Intro to PAC learning

  • 1. Brief Comments on PAC Learning Theory There are two important aspects of complexity in machine learning. First, there is the issue of sample complexity: in many learning problems, training data is expensive and we should hope not to need too much of it. Secondly, there is computational complexity: A neural network, for example, which takes an hour to train may be of no practical use in complex financial prediction problems. It is important that both the amount of training data required for a prescribed level of performance and the running time of the learning algorithm in learning from this data do not increase too dramatically as the `difficulty' of the learning problem increases. Such issues have been formalised and investigated over the past decade within the field of `computational learning theory'. In the class, I tried to describe one popular framework for discussing such problems. This is the probabilistic framework which has become known as the `probably approximately correct', or PAC, model of learning. Of course, there are many other mathematical frameworks in which to discuss learning and generalization and I make no claim that the framework discussed in the class is superior to others discussed elsewhere. We do not have time to survey the whole area of the PAC model and its important variants. I have placed emphasis on those topics that are discussed in your text book and those that I find to be of most interest and, consequently, I mentioned sample complexity and not computational complexity. There are now a number of books dealing with probabilistic models of learning: the interested reader might consult the following books. L. Devroye, L. Gyorfi and G. Lugosi. A Probabilistic Theory of Pattern Recognition. Springer-Verlag, New York, 1996. B. K. Natarajan. Machine Learning: A Theoretical Approach. Morgan Kaufmann, San Mateo, California, 1991. M.J. Kearns and U. Vazirani (1995). Introduction to Computational Learning Theory, MIT Press 1995.

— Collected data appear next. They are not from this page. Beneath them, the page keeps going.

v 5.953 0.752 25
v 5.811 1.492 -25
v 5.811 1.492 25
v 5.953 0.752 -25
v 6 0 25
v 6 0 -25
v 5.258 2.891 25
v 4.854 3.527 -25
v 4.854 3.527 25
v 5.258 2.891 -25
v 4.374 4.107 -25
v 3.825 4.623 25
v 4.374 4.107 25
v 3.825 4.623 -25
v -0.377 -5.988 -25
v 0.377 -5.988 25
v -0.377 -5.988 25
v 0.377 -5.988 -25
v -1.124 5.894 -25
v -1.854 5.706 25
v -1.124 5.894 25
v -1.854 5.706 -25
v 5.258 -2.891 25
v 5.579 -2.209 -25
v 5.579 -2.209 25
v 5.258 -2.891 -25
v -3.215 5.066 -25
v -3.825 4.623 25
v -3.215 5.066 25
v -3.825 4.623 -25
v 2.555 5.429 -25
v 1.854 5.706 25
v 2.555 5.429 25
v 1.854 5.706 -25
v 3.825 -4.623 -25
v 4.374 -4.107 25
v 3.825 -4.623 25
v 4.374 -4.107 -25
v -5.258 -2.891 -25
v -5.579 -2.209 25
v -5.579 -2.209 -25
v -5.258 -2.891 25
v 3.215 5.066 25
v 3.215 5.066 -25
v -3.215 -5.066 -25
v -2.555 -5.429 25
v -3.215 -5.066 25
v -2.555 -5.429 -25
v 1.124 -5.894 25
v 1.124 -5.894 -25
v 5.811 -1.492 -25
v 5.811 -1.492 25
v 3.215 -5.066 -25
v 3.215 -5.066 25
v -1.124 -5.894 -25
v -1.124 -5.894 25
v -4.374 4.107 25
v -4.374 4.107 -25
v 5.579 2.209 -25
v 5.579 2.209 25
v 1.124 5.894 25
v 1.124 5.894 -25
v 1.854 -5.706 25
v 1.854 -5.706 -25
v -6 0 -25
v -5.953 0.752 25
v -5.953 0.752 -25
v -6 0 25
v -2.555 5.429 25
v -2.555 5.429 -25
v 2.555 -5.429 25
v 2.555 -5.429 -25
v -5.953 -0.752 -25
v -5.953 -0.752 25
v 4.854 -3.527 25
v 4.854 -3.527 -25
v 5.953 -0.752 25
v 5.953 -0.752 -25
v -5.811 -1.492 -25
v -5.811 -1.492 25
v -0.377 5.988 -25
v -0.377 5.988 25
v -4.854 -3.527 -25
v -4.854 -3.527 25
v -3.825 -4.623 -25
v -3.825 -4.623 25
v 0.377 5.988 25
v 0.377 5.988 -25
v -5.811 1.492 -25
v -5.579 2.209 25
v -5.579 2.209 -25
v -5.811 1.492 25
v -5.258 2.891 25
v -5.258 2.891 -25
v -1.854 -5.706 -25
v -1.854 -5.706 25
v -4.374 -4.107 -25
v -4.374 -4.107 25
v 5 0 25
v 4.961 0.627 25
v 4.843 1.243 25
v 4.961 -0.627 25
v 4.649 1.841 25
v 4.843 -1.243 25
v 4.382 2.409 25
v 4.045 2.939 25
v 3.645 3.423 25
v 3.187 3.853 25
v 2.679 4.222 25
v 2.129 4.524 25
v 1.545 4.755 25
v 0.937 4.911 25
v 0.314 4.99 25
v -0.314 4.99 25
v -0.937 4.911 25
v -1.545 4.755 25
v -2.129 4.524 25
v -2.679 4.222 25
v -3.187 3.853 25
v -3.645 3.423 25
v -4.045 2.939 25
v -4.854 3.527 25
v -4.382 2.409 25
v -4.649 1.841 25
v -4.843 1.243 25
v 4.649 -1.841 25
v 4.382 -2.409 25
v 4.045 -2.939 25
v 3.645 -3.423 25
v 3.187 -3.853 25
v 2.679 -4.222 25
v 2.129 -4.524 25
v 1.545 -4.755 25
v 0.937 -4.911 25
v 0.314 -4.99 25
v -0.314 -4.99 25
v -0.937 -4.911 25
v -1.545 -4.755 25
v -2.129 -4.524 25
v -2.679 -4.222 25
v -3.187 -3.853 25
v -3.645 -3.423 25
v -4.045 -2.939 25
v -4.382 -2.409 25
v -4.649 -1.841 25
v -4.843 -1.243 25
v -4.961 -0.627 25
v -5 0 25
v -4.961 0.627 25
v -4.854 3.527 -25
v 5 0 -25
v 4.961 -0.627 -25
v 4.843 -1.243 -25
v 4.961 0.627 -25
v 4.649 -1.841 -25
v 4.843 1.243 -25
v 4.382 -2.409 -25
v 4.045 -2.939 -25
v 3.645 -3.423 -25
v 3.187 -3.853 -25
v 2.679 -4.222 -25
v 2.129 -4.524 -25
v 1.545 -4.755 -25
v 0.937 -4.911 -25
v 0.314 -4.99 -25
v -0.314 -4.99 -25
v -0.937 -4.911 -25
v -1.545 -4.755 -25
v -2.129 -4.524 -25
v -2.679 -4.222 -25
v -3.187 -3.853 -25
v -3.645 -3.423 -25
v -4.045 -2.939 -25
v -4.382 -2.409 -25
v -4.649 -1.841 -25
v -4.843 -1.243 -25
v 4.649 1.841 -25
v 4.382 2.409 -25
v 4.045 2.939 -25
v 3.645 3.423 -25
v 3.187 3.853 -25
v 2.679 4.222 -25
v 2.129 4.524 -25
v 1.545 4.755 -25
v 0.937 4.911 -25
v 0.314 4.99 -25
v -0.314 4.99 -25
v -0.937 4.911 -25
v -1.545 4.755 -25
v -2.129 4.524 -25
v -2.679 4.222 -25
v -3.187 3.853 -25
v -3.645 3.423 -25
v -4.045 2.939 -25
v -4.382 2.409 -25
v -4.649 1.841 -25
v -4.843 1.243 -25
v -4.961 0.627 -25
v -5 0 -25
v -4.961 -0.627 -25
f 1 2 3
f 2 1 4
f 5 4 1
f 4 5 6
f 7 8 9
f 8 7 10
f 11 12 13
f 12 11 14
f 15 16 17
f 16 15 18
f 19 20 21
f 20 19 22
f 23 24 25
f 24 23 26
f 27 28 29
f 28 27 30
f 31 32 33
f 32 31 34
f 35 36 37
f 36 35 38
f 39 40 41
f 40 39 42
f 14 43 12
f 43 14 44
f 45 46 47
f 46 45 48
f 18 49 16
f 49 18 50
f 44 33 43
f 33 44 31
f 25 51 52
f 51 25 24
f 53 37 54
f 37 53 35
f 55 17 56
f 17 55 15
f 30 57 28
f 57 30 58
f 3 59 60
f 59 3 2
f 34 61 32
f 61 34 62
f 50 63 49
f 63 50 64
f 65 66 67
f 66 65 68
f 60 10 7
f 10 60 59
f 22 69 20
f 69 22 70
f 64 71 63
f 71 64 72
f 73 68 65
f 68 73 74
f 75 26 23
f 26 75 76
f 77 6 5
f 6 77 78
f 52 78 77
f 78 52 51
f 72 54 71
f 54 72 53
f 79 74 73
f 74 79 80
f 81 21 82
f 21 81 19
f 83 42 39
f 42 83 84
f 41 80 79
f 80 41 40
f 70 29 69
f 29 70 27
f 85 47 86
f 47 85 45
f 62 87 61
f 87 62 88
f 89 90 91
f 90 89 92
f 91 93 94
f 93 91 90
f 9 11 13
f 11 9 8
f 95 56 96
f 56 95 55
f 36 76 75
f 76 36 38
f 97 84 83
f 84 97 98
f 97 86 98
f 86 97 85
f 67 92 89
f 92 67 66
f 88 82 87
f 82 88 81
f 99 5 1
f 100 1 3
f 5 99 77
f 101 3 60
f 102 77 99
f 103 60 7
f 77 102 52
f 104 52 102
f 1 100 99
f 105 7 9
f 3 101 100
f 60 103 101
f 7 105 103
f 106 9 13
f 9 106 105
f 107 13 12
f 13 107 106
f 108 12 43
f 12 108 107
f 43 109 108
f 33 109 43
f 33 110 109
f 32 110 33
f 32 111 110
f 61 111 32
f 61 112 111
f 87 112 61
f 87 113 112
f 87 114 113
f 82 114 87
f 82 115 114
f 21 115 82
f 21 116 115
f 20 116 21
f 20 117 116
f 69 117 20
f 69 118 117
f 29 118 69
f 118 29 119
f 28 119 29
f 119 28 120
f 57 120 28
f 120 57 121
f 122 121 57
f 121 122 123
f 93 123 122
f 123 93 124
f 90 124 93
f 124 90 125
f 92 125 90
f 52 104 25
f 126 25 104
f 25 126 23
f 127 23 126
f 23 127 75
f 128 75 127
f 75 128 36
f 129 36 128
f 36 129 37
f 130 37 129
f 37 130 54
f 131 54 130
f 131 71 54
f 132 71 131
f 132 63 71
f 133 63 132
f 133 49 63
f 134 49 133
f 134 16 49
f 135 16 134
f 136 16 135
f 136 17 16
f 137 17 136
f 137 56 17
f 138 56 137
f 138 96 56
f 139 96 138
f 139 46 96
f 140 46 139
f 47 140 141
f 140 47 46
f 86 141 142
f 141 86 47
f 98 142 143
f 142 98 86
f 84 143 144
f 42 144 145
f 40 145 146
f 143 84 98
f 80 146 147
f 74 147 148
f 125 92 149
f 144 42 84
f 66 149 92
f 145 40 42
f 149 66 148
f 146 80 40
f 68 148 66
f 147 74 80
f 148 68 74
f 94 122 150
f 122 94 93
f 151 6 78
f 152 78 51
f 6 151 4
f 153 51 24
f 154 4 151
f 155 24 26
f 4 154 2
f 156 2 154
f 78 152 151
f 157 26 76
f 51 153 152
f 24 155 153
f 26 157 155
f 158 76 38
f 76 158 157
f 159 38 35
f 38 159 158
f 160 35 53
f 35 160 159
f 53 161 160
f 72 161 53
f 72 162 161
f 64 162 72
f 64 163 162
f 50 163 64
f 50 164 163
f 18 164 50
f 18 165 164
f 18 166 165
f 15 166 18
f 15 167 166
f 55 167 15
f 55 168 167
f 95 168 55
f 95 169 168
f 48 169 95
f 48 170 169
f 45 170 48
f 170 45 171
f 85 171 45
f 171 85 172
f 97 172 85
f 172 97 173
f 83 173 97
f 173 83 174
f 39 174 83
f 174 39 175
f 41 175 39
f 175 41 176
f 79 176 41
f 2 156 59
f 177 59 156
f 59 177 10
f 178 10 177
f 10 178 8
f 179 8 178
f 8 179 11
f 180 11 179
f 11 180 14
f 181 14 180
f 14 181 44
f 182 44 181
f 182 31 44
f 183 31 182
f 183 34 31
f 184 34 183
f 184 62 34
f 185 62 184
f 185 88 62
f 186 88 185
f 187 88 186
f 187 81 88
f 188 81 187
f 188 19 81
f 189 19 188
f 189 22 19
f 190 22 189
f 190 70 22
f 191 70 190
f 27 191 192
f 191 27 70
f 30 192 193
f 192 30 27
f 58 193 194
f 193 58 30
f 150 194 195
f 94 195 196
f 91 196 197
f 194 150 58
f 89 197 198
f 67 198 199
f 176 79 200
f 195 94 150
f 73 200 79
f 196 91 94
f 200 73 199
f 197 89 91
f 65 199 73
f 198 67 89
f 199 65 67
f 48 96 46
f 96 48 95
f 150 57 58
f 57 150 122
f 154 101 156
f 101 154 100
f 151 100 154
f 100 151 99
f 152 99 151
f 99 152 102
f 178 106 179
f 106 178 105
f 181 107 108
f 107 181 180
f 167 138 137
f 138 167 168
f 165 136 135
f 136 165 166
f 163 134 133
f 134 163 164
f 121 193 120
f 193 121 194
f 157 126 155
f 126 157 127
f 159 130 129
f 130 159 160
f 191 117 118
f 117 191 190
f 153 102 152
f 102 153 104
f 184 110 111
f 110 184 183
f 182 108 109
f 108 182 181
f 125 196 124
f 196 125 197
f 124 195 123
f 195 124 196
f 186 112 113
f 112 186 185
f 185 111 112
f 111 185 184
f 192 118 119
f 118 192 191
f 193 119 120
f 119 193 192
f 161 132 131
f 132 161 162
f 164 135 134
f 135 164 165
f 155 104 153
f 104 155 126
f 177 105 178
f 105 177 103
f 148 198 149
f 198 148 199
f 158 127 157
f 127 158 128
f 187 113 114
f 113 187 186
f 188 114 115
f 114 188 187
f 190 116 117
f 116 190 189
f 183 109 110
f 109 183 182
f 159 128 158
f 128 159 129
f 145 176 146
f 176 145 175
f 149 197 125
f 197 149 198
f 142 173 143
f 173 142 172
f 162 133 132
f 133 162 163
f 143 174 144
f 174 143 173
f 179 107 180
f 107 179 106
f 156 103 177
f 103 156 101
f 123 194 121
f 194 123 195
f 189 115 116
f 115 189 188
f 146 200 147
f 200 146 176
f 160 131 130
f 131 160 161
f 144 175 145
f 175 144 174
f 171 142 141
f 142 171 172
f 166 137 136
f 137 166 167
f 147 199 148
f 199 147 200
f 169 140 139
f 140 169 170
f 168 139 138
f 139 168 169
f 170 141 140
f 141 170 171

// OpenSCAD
$fn = 50;


difference() {
	union() {
		translate(v = [0, 0, -25.0000000000]) {
			cylinder(h = 50, r = 6.0000000000);
		}
	}
	union() {
		translate(v = [0, 0, -100.0000000000]) {
			cylinder(h = 200, r = 5.0000000000);
		}
	}
}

  • 2. V. N. Vapnik. The Nature of Statistical Learning Theory. Springer, New York, 1995. M. Vidyasagar, A Theory of Learning and Generalization: With Applications to Neural Networks and Control Systems, Springer, London, 1997. The basic PAC model as it was discussed in the class is applicable for classification problems. The second part concerns extensions of the basic PAC model, such as those relevant to neural networks with real-valued outputs. The PAC theory is useful for a number of non-neural learning problems, such as the inference of boolean functions. Therefore, while aiming to keep the applications pertinent to neural networks, I have tried also to retain the generality of the theory. What we will do is to finish this topic soon and move on to a couple of other methods so you are equipped with enough ammunition to work on your term papers. If there is time, I plan to revisit this topic toward the end of the quarter and spend some time on theoretical issues. Unless I receive requests otherwise, I plan to move on to NN, Bayesian nets and genetic algorithms in that order.